Limit DNS cleanup to the last entry (#505)

* Limit DNS cleanup to the last entry * Wrap loop and move cleanup out
NabuCasa · Sep 27, 2023 · 7695cc0 · 7695cc0
1 parent 94aa03d
commit 7695cc0
Showing 1 changed file with 28 additions and 23 deletions.
diff --git a/hass_nabucasa/acme.py b/hass_nabucasa/acme.py
@@ -409,33 +409,38 @@ async def issue_certificate(self) -> None:
             self._start_challenge, order
         )
 
-        for challenge in dns_challenges:
-            # Update DNS
-            try:
-                async with async_timeout.timeout(30):
-                    resp = await cloud_api.async_remote_challenge_txt(
-                        self.cloud, challenge.validation
-                    )
-                assert resp.status in (200, 201)
-            except (asyncio.TimeoutError, AssertionError):
-                raise AcmeNabuCasaError(
-                    "Can't set challenge token to NabuCasa DNS!"

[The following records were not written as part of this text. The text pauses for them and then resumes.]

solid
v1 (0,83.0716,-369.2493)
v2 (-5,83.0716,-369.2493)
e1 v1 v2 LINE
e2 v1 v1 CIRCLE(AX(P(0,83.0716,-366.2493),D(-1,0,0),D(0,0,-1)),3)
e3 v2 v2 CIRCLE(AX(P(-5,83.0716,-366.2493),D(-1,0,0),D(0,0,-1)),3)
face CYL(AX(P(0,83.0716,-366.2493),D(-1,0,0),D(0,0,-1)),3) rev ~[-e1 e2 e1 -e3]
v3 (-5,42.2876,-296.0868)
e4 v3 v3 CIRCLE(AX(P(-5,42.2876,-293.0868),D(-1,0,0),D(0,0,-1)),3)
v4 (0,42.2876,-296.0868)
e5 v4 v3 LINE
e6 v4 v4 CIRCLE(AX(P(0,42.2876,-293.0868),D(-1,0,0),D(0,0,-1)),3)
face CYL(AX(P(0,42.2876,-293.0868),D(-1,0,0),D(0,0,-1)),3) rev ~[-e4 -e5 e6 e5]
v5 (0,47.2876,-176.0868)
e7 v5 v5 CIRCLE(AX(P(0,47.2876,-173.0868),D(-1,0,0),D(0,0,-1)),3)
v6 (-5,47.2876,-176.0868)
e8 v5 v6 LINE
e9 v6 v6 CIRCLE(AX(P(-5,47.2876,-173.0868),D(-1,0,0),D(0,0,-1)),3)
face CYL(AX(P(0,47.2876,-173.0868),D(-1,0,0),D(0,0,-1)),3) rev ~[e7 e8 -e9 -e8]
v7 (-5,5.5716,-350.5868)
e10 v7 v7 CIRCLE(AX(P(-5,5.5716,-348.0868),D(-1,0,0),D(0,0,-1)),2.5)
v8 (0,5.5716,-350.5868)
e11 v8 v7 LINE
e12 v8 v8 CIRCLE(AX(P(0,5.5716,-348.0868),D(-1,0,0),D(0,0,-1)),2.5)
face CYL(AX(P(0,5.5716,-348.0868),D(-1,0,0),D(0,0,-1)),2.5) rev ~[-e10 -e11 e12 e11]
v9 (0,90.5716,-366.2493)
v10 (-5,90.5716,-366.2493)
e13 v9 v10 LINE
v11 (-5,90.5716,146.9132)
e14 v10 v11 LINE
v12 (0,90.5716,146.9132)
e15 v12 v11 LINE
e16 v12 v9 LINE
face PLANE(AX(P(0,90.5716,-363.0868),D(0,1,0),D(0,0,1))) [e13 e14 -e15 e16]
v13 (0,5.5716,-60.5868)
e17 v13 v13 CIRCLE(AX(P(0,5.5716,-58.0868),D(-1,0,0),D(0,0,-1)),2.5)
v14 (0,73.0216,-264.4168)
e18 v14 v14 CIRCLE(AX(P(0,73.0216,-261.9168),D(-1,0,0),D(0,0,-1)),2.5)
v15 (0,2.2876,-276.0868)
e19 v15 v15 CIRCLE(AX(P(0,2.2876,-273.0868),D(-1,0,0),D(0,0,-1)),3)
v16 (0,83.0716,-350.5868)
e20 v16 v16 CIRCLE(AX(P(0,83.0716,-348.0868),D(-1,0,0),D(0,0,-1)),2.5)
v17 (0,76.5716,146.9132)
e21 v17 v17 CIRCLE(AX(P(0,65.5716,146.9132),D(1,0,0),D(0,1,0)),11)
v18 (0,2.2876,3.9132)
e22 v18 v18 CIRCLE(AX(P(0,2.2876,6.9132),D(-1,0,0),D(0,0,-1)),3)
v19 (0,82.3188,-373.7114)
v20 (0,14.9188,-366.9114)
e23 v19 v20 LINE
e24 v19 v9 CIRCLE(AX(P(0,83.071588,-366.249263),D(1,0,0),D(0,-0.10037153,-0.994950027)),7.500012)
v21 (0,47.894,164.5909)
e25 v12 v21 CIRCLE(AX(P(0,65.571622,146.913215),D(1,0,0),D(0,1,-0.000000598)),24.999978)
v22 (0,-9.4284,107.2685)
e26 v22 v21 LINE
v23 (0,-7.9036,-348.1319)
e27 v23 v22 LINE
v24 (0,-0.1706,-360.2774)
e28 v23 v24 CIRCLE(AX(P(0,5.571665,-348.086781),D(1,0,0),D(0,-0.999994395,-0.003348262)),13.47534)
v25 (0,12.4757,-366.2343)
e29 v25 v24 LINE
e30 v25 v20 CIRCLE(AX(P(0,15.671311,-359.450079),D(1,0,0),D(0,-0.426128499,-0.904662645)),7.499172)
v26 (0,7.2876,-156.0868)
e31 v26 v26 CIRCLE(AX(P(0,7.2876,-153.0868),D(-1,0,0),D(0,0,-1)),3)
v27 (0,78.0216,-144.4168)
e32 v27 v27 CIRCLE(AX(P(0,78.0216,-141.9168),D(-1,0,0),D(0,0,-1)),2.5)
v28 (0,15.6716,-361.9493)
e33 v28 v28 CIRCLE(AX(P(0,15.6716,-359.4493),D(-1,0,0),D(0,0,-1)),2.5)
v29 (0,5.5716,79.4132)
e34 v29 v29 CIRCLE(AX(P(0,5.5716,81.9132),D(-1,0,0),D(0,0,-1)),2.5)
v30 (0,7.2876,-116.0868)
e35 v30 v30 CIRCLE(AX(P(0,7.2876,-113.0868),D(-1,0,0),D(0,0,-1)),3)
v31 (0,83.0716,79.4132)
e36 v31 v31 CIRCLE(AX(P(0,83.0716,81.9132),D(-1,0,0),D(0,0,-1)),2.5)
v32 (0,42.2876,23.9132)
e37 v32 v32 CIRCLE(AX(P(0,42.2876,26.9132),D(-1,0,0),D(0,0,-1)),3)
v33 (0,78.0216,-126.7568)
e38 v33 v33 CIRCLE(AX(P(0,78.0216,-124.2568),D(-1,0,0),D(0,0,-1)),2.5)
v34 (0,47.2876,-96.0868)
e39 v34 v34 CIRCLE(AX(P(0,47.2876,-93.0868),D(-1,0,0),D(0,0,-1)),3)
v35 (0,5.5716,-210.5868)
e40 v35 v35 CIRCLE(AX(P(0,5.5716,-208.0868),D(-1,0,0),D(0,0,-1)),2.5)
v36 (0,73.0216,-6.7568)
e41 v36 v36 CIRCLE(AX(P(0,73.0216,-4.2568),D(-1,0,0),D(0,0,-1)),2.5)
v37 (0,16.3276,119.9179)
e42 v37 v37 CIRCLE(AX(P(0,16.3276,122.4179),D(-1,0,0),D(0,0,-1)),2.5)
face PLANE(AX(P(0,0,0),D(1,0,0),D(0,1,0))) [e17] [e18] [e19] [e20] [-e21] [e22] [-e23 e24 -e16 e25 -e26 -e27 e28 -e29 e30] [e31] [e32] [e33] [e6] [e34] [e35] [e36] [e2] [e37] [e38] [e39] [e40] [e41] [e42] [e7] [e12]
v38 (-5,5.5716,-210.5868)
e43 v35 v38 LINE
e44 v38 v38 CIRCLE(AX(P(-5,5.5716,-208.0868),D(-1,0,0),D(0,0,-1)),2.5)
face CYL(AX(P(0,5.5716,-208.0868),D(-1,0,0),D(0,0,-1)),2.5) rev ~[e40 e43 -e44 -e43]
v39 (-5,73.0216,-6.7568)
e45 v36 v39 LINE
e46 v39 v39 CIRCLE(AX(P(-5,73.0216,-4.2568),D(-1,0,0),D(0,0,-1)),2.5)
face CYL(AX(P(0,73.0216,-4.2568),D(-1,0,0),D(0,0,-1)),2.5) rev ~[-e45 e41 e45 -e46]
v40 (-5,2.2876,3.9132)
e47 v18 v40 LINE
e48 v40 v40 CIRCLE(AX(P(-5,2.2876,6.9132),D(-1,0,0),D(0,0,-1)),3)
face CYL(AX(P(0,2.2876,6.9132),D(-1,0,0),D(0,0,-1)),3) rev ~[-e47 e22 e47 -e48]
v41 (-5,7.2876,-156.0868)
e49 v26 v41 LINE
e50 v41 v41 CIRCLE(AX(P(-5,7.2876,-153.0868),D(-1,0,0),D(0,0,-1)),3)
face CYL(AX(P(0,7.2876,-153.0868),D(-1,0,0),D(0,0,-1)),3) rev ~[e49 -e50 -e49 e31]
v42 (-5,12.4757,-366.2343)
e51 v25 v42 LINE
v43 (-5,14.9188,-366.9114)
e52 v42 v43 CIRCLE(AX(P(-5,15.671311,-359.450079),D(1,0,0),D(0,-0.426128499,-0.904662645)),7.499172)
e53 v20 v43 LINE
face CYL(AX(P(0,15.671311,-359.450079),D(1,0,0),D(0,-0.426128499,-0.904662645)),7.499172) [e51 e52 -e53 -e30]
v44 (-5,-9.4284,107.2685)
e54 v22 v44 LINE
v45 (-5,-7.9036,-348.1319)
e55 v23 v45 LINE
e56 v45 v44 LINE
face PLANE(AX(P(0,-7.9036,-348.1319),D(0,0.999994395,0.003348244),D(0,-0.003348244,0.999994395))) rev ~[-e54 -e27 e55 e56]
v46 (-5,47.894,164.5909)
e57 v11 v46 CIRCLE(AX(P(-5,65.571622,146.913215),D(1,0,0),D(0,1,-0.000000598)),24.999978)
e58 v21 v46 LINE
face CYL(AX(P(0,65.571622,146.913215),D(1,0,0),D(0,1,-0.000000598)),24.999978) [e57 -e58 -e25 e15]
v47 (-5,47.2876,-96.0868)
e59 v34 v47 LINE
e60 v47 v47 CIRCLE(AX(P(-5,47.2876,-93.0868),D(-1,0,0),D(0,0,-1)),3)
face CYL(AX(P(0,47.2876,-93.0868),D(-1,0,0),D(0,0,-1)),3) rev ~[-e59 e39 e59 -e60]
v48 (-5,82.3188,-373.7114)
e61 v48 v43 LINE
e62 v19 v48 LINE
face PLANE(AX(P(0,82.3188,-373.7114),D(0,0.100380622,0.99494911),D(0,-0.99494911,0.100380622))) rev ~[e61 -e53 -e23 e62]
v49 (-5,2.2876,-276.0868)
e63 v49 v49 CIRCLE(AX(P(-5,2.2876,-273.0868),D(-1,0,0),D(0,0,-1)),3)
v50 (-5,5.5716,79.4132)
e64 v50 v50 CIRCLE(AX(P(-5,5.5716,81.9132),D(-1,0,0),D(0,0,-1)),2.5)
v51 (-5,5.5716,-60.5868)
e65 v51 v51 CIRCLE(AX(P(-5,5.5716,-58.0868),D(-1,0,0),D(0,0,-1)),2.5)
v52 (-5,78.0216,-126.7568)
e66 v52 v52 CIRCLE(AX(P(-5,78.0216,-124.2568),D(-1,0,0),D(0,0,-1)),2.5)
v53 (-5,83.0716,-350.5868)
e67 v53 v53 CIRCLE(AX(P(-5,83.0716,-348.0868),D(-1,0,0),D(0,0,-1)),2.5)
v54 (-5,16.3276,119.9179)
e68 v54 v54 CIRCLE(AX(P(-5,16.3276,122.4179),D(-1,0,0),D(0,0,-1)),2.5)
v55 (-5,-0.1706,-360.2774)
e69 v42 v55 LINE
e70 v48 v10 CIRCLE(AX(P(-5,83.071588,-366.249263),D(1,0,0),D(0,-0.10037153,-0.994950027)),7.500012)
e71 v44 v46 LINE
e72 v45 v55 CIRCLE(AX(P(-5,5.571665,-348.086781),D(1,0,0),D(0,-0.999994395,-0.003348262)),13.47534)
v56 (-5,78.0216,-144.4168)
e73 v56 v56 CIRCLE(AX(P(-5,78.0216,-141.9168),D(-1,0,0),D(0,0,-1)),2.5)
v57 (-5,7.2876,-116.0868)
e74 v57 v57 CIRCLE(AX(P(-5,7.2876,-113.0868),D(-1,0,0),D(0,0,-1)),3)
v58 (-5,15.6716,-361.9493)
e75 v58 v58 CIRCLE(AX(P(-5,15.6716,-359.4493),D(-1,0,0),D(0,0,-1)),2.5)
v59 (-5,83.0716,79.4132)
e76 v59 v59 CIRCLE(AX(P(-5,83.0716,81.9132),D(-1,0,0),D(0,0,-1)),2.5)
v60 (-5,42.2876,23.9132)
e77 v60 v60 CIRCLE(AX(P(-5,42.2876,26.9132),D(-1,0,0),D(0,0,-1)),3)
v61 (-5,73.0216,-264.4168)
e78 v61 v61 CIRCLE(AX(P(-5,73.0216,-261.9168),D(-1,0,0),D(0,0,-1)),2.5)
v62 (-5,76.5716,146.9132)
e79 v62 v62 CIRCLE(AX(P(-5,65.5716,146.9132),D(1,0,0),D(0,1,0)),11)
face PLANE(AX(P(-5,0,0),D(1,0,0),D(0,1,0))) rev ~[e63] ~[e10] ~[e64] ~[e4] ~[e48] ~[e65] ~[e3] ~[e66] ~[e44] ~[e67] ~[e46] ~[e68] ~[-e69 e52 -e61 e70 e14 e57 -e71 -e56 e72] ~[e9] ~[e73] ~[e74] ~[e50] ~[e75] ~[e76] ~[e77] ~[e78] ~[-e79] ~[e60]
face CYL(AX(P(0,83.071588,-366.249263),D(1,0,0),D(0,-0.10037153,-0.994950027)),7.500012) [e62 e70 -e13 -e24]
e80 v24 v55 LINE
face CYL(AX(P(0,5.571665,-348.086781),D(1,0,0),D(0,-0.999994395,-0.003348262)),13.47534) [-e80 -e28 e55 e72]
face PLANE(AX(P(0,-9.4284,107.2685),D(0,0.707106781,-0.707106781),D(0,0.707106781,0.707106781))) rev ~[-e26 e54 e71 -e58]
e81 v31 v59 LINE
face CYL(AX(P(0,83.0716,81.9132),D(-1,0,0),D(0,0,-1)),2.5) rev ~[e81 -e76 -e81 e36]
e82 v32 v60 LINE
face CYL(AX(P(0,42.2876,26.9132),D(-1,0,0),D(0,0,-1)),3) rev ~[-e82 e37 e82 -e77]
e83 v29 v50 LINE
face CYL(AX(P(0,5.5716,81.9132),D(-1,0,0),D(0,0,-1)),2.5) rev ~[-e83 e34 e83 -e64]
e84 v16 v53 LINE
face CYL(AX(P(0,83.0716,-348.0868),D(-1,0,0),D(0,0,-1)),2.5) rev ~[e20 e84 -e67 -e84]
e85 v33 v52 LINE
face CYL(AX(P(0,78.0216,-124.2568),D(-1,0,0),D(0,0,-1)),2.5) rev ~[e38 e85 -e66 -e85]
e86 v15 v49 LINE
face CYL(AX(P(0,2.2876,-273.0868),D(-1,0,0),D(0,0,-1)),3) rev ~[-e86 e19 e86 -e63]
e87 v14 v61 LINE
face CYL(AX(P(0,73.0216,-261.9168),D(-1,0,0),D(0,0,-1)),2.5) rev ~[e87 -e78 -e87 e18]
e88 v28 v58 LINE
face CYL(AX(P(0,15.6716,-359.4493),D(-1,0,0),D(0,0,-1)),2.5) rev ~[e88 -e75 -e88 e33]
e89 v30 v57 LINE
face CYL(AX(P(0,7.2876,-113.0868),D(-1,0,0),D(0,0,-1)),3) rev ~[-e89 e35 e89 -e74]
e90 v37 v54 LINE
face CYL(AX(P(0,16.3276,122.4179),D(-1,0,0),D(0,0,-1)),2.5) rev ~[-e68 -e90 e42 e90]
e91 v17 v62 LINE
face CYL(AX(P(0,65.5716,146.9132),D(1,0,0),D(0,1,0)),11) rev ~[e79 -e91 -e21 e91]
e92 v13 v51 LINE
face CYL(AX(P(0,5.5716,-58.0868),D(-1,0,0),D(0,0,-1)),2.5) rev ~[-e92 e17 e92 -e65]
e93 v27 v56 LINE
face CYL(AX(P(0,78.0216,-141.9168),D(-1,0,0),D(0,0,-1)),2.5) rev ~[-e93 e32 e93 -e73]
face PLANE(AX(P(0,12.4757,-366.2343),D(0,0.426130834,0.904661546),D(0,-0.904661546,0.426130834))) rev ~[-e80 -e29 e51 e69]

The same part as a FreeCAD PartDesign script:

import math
import FreeCAD as App
import Part
import Sketcher

V = App.Vector
Q = App.Units.Quantity

doc = App.newDocument("Part")
body = doc.addObject("PartDesign::Body", "Body")

# Sketch on YZ plane
sketch1 = body.newObject("Sketcher::SketchObject", "Sketch")
sketch1.AttachmentSupport = (doc.getObject("YZ_Plane"), [""])
sketch1.MapMode = "FlatFace"
sketch1.addGeometry([
    Part.LineSegment(V(90.6, -366.2, 0), V(90.6, 146.9, 0)),  # 0
    Part.ArcOfCircle(Part.Circle(V(65.6, 146.9, 0), V(0, 0, 1), 25), math.radians(0), math.radians(135)),  # 1
    Part.LineSegment(V(47.9, 164.6, 0), V(-9.4, 107.3, 0)),  # 2
    Part.LineSegment(V(-9.4, 107.3, 0), V(-7.9, -348.1, 0)),  # 3
    Part.ArcOfCircle(Part.Circle(V(5.6, -348.1, 0), V(0, 0, 1), 13.5), math.radians(-180), math.radians(-115)),  # 4
    Part.LineSegment(V(-0.2, -360.3, 0), V(12.5, -366.2, 0)),  # 5
    Part.ArcOfCircle(Part.Circle(V(15.7, -359.4, 0), V(0, 0, 1), 7.5), math.radians(-115.22), math.radians(-95.76)),  # 6
    Part.LineSegment(V(14.9, -366.9, 0), V(82.3, -373.7, 0)),  # 7
    Part.ArcOfCircle(Part.Circle(V(83.1, -366.2, 0), V(0, 0, 1), 7.5), math.radians(-96), math.radians(0)),  # 8
    Part.Circle(V(65.6, 146.9, 0), V(0, 0, 1), 11),  # 9
], False)
sketch1.addConstraint([
    Sketcher.Constraint("Tangent", 0, 2, 1, 1),
    Sketcher.Constraint("Tangent", 1, 2, 2, 1),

-                ) from None
-
-            # Answer challenge
-            try:
-                _LOGGER.info("Waiting 60 seconds for publishing DNS to ACME provider")
-                await asyncio.sleep(60)
-                await self.cloud.run_executor(self._answer_challenge, challenge)
-                await self.load_certificate()
-            finally:
+        try:
+            for challenge in dns_challenges:
+                # Update DNS
                 try:
                     async with async_timeout.timeout(30):
-                        await cloud_api.async_remote_challenge_cleanup(
+                        resp = await cloud_api.async_remote_challenge_txt(
                             self.cloud, challenge.validation
                         )
-                except asyncio.TimeoutError:
-                    _LOGGER.error("Failed to clean up challenge from NabuCasa DNS!")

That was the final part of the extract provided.